[Task goal]:
Look over the material for the string "CIRCLE". Copy every line where it turns up.

[Task material]:
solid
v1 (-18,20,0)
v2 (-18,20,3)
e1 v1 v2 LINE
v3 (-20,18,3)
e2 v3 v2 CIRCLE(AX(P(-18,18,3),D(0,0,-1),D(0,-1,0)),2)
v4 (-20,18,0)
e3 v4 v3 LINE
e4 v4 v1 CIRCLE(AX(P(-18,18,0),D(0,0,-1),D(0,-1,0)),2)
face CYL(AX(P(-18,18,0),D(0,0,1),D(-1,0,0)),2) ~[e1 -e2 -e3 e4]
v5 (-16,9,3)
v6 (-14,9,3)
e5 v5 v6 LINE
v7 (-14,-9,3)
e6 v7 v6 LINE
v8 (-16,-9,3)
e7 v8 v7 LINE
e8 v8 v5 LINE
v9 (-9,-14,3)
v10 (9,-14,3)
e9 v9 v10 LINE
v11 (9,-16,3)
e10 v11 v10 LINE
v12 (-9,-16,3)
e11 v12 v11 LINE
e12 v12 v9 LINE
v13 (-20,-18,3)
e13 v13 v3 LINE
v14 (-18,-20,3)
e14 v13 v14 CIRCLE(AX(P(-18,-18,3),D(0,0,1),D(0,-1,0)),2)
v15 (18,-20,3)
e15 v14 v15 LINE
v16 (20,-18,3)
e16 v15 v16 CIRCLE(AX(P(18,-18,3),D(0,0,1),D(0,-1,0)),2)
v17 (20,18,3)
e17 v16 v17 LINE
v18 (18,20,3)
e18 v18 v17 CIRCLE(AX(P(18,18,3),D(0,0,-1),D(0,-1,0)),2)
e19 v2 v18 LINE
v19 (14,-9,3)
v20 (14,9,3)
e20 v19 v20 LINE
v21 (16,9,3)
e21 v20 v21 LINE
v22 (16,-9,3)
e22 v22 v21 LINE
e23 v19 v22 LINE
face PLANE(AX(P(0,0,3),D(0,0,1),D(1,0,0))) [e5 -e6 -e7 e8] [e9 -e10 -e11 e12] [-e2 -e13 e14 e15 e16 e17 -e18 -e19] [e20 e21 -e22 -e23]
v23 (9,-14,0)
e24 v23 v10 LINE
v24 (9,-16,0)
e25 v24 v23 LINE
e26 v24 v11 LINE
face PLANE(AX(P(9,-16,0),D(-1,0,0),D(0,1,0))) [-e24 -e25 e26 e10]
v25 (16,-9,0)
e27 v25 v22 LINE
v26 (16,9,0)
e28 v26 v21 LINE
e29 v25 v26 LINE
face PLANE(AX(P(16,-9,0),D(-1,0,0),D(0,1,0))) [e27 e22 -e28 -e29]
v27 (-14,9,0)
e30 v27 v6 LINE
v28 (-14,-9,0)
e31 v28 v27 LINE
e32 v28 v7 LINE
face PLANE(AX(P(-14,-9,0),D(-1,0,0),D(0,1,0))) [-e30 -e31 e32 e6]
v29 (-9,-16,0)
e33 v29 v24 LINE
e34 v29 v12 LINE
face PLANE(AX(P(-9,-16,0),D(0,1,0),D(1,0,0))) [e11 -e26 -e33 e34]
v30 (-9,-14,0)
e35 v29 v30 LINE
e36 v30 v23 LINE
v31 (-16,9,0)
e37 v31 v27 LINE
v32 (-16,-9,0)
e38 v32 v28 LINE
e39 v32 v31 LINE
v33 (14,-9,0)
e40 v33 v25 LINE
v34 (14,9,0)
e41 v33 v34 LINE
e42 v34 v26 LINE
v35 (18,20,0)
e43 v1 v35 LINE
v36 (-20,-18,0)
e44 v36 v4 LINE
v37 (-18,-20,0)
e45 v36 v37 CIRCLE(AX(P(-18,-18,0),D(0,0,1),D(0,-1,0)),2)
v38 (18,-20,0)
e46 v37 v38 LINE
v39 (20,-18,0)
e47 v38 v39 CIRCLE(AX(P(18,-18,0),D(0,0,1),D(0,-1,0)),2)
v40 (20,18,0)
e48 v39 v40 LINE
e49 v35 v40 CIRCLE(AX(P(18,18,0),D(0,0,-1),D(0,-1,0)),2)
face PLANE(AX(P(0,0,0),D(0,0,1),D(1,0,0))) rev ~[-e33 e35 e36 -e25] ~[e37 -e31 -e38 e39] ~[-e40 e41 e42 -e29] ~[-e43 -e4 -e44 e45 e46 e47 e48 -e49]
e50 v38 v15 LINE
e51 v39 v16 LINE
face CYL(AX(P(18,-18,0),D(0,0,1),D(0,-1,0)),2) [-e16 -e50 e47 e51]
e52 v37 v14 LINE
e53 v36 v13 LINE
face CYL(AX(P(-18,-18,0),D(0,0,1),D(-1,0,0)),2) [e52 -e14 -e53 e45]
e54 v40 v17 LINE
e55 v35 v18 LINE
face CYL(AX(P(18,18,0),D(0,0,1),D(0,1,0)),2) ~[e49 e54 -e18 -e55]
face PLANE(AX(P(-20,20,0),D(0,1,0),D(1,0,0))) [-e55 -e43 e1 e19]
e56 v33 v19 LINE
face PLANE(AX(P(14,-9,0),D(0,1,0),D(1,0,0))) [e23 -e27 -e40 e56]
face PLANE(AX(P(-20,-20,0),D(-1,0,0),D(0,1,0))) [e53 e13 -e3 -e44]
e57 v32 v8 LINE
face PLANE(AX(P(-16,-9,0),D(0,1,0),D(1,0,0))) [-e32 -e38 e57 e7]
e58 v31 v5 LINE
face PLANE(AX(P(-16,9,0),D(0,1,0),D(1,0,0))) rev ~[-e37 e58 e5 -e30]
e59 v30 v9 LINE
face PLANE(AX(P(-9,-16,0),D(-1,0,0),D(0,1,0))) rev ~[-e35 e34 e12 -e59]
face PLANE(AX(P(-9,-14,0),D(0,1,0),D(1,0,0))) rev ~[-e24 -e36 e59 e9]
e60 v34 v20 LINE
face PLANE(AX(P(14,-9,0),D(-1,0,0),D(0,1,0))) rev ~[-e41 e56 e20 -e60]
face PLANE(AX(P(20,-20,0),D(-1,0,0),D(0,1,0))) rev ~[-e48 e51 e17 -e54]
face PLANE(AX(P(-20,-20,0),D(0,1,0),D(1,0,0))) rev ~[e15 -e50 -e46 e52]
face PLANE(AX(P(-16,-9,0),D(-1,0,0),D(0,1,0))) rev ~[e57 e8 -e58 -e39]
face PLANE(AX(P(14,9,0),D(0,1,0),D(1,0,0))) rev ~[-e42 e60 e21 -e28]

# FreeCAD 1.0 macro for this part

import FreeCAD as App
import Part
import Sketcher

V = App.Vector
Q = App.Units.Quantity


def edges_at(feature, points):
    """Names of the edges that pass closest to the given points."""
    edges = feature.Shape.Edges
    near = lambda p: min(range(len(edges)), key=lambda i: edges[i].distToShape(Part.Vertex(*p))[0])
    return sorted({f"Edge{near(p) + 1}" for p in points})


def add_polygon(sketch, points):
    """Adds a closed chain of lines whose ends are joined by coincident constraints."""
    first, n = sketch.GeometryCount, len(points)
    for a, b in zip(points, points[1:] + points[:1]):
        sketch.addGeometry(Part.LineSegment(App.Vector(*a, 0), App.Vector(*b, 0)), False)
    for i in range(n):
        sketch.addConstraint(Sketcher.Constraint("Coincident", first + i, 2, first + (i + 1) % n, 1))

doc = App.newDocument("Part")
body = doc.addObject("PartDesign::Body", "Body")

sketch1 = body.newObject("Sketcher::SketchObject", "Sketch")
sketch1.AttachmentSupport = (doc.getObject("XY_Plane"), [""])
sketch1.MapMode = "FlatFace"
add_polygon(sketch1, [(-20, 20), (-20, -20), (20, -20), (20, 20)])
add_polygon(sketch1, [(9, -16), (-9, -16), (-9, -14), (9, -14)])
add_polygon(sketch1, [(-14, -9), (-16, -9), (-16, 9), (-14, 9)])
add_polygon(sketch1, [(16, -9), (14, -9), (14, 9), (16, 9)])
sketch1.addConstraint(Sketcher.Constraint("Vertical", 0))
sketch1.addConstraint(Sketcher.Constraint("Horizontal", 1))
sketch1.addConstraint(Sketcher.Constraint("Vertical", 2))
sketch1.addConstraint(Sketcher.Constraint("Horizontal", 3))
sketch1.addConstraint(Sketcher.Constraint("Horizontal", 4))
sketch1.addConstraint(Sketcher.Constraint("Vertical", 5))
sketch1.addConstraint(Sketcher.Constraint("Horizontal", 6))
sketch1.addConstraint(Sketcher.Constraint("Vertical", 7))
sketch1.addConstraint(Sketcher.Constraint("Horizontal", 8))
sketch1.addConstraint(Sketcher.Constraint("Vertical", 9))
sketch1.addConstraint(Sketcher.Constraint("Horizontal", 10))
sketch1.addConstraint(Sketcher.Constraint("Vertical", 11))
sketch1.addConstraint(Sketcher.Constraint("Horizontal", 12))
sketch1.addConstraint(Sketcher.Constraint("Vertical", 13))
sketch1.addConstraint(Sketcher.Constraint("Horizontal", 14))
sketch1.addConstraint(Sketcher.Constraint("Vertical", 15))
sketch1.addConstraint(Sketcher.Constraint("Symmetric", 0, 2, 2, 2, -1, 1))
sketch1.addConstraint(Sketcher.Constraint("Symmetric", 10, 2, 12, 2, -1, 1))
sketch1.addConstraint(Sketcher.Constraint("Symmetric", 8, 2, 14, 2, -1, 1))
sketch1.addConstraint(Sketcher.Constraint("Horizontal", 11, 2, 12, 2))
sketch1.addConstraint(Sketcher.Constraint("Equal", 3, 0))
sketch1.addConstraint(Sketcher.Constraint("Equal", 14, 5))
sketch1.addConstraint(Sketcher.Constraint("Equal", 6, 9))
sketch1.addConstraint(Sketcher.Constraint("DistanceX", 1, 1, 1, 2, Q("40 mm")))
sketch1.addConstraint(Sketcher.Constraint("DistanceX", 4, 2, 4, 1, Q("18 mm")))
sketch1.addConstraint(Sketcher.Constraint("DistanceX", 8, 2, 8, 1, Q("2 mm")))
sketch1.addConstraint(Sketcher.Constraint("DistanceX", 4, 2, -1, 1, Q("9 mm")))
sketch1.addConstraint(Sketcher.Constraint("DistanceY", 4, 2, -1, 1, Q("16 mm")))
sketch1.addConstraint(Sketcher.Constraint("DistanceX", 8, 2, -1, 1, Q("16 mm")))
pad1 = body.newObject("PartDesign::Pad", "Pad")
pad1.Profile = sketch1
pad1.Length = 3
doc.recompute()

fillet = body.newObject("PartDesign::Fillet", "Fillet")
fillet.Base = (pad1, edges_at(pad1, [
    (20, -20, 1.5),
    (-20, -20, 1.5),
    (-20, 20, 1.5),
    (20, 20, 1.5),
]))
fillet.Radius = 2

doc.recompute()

[Answer section]:
e2 v3 v2 CIRCLE(AX(P(-18,18,3),D(0,0,-1),D(0,-1,0)),2)
e4 v4 v1 CIRCLE(AX(P(-18,18,0),D(0,0,-1),D(0,-1,0)),2)
e14 v13 v14 CIRCLE(AX(P(-18,-18,3),D(0,0,1),D(0,-1,0)),2)
e16 v15 v16 CIRCLE(AX(P(18,-18,3),D(0,0,1),D(0,-1,0)),2)
e18 v18 v17 CIRCLE(AX(P(18,18,3),D(0,0,-1),D(0,-1,0)),2)
e45 v36 v37 CIRCLE(AX(P(-18,-18,0),D(0,0,1),D(0,-1,0)),2)
e47 v38 v39 CIRCLE(AX(P(18,-18,0),D(0,0,1),D(0,-1,0)),2)
e49 v35 v40 CIRCLE(AX(P(18,18,0),D(0,0,-1),D(0,-1,0)),2)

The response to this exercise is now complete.